Task description
Nothing past the line containing "#32=DIRECTION('',(1.,0.,0.));" belongs in the output. Copy exactly every line of the data below from the first up to and including it.
****************************************
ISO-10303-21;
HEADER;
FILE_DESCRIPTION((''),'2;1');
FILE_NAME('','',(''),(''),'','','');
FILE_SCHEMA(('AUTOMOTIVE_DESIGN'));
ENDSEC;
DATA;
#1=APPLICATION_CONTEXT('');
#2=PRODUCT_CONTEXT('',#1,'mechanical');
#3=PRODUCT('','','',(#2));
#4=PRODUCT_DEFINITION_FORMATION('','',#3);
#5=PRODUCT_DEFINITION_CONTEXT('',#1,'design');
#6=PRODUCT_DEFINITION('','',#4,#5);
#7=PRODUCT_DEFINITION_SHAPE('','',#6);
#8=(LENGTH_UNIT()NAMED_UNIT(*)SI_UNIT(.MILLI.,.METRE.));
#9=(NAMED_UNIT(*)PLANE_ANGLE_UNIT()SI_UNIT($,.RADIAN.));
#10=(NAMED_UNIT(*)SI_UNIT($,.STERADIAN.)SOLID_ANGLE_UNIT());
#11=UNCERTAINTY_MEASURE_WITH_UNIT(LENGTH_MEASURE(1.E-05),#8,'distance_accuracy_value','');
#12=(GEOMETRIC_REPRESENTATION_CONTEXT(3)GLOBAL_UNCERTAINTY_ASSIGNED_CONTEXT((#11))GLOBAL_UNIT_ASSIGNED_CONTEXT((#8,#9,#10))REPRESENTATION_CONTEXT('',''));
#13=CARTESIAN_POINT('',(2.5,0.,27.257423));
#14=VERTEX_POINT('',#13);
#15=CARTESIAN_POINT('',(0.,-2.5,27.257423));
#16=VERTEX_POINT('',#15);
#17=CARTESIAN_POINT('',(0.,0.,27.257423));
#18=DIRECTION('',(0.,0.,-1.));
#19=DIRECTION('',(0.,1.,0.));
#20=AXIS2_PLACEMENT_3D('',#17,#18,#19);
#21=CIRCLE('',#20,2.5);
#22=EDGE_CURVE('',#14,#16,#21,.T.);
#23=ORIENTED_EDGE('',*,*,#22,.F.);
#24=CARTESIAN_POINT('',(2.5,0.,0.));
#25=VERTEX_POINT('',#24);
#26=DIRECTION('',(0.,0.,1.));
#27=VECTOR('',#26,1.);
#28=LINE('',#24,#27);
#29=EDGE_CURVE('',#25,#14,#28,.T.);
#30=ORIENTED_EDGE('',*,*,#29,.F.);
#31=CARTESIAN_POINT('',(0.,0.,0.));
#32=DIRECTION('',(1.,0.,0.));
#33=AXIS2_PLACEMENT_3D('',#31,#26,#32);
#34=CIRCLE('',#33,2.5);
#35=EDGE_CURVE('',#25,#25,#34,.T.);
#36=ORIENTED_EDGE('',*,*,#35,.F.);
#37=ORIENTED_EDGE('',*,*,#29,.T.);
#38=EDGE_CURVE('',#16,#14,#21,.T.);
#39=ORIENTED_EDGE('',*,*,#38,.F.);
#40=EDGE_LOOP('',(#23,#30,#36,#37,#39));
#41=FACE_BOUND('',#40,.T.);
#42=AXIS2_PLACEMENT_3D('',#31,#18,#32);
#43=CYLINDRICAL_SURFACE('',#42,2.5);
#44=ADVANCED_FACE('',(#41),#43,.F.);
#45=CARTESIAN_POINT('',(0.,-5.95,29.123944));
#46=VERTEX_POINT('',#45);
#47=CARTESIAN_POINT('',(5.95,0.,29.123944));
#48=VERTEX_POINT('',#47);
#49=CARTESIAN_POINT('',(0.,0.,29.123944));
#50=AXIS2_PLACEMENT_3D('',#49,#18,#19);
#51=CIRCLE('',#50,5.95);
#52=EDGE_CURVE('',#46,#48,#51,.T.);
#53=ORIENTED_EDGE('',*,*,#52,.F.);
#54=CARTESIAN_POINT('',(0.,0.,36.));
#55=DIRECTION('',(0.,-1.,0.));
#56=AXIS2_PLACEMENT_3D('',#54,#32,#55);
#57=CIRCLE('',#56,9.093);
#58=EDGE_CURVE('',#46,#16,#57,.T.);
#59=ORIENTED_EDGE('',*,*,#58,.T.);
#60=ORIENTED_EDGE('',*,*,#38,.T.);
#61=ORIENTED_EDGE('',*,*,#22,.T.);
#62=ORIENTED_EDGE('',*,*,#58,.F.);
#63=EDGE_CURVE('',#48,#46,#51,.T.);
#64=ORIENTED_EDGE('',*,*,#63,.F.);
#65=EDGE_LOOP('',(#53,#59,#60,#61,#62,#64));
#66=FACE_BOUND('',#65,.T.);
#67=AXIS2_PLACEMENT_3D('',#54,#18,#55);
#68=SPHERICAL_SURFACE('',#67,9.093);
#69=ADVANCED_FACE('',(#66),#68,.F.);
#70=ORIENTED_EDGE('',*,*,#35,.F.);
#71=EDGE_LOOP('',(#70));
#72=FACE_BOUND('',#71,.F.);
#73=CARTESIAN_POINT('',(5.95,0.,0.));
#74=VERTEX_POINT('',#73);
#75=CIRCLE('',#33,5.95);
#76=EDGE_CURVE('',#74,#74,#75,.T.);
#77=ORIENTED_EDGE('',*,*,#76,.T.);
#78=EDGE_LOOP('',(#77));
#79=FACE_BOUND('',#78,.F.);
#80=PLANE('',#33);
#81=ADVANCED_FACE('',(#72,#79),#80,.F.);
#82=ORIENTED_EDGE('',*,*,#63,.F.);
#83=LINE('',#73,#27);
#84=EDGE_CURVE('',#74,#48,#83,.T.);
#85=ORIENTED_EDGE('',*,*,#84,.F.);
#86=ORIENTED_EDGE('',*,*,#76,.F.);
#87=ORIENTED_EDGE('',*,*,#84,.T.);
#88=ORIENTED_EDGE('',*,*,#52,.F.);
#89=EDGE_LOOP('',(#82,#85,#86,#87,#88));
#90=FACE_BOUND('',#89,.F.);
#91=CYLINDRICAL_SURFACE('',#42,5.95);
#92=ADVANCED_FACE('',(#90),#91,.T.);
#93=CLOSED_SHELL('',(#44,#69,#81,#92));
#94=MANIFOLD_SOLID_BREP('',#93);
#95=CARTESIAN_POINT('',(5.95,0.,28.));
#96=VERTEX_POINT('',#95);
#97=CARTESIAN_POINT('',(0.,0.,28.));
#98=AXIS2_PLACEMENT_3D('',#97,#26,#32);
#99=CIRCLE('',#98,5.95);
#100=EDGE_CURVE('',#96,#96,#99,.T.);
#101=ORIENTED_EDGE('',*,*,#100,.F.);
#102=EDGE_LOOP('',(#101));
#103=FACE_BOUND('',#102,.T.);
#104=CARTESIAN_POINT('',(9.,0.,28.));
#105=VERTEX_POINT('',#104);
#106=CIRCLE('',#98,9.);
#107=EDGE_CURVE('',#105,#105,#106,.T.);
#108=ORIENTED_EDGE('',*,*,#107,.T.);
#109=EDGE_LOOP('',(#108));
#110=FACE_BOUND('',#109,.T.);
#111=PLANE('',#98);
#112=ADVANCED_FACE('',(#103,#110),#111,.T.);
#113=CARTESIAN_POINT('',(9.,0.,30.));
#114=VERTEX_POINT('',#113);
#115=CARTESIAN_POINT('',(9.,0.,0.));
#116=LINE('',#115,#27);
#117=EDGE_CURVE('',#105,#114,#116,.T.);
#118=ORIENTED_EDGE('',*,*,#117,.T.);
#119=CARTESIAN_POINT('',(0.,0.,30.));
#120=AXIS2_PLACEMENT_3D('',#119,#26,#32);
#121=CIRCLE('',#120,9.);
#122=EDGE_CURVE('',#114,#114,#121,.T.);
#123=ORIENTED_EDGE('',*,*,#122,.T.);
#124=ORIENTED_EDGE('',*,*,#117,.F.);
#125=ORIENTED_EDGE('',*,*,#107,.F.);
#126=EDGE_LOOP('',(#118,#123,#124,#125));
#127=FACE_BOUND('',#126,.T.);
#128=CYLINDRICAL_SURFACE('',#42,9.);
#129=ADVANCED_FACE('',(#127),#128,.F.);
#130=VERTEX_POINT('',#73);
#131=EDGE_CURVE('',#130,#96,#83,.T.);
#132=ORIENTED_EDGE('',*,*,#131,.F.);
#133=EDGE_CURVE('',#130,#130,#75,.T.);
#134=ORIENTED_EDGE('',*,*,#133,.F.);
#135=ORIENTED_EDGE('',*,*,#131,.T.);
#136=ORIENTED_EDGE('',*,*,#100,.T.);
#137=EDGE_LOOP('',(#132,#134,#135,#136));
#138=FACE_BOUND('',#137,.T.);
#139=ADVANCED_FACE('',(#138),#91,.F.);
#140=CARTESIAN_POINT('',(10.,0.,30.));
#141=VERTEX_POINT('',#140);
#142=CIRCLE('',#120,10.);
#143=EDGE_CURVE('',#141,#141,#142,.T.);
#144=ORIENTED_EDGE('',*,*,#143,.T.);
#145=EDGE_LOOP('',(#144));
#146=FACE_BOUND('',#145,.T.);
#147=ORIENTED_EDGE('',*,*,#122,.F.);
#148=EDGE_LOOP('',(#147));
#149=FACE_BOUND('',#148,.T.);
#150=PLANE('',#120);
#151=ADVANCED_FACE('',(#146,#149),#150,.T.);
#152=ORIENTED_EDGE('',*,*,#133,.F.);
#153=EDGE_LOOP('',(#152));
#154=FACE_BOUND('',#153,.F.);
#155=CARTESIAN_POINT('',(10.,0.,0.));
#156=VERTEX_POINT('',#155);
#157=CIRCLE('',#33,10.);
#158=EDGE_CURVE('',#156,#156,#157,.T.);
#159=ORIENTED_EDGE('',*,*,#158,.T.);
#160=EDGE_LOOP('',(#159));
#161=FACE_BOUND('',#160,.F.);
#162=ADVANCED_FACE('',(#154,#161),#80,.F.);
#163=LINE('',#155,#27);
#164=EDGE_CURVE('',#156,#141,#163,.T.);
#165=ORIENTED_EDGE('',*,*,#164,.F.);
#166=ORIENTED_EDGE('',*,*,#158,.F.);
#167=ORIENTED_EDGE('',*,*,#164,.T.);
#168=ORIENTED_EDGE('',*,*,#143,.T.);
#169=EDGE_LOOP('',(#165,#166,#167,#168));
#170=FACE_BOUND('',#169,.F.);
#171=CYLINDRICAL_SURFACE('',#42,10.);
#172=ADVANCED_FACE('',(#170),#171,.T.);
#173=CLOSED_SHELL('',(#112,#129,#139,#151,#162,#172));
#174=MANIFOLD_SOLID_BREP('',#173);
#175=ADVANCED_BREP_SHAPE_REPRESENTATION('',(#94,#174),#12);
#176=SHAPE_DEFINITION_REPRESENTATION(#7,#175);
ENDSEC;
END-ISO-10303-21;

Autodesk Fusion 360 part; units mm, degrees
sketch "Sketch1" plane through (0, 0, 0) normal (0, 0, 1) x (1, 0, 0)
  circle A0 centre (0, 0) radius 10
  circle A1 centre (0, 0) radius 9
  circle A2 centre (0, 0) radius 5.95
  circle A3 centre (0, 0) radius 2.5
  dimension "d1" = 20
  dimension "d2" = 18
  dimension "d3" = 11.9
  dimension "d8" = 5
extrude "Extrude1" add sketch "Sketch1" along normal blind 30 makes body 1 at (9.9503, -0.9957, 20) makes body 2 at (5.9204, -0.5924, 20)
extrude "Extrude2" add sketch "Sketch1" along normal blind 28 contours A1 bodies 1
sketch "Sketch2" plane through (0, 0, 0) normal (1, 0, 0) x (0, 0, -1)
  circle A0 centre (-30, 7.5) radius 1.5
  arc A1 (-36, -9.093) -> (-26.907, 0) centre (-36, 0) ccw
  line L0 (-1.75, 0) -> (-22.5, 0)
  line L1 (-26.907, 0) -> (-36, 0)
  line L2 (-36, 0) -> (-36, -9.093)
  dimension "d10" = 3
  dimension "d11" = 7.5
  dimension "d13" = 36
revolve "Revolve1" cut sketch "Sketch2" angle 360 about axis through (0, 0, 1.75) along (0, 0, 1) contours A1 L1 L2 bodies 2
equation "d3 = d2 - ( 2 * 3.05 ) * 1 mm"
equation "d8 = stepperaxis"
equation "stepperaxis = 5 mm"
****************************************
Solved exercise
ISO-10303-21;
HEADER;
FILE_DESCRIPTION((''),'2;1');
FILE_NAME('','',(''),(''),'','','');
FILE_SCHEMA(('AUTOMOTIVE_DESIGN'));
ENDSEC;
DATA;
#1=APPLICATION_CONTEXT('');
#2=PRODUCT_CONTEXT('',#1,'mechanical');
#3=PRODUCT('','','',(#2));
#4=PRODUCT_DEFINITION_FORMATION('','',#3);
#5=PRODUCT_DEFINITION_CONTEXT('',#1,'design');
#6=PRODUCT_DEFINITION('','',#4,#5);
#7=PRODUCT_DEFINITION_SHAPE('','',#6);
#8=(LENGTH_UNIT()NAMED_UNIT(*)SI_UNIT(.MILLI.,.METRE.));
#9=(NAMED_UNIT(*)PLANE_ANGLE_UNIT()SI_UNIT($,.RADIAN.));
#10=(NAMED_UNIT(*)SI_UNIT($,.STERADIAN.)SOLID_ANGLE_UNIT());
#11=UNCERTAINTY_MEASURE_WITH_UNIT(LENGTH_MEASURE(1.E-05),#8,'distance_accuracy_value','');
#12=(GEOMETRIC_REPRESENTATION_CONTEXT(3)GLOBAL_UNCERTAINTY_ASSIGNED_CONTEXT((#11))GLOBAL_UNIT_ASSIGNED_CONTEXT((#8,#9,#10))REPRESENTATION_CONTEXT('',''));
#13=CARTESIAN_POINT('',(2.5,0.,27.257423));
#14=VERTEX_POINT('',#13);
#15=CARTESIAN_POINT('',(0.,-2.5,27.257423));
#16=VERTEX_POINT('',#15);
#17=CARTESIAN_POINT('',(0.,0.,27.257423));
#18=DIRECTION('',(0.,0.,-1.));
#19=DIRECTION('',(0.,1.,0.));
#20=AXIS2_PLACEMENT_3D('',#17,#18,#19);
#21=CIRCLE('',#20,2.5);
#22=EDGE_CURVE('',#14,#16,#21,.T.);
#23=ORIENTED_EDGE('',*,*,#22,.F.);
#24=CARTESIAN_POINT('',(2.5,0.,0.));
#25=VERTEX_POINT('',#24);
#26=DIRECTION('',(0.,0.,1.));
#27=VECTOR('',#26,1.);
#28=LINE('',#24,#27);
#29=EDGE_CURVE('',#25,#14,#28,.T.);
#30=ORIENTED_EDGE('',*,*,#29,.F.);
#31=CARTESIAN_POINT('',(0.,0.,0.));
#32=DIRECTION('',(1.,0.,0.));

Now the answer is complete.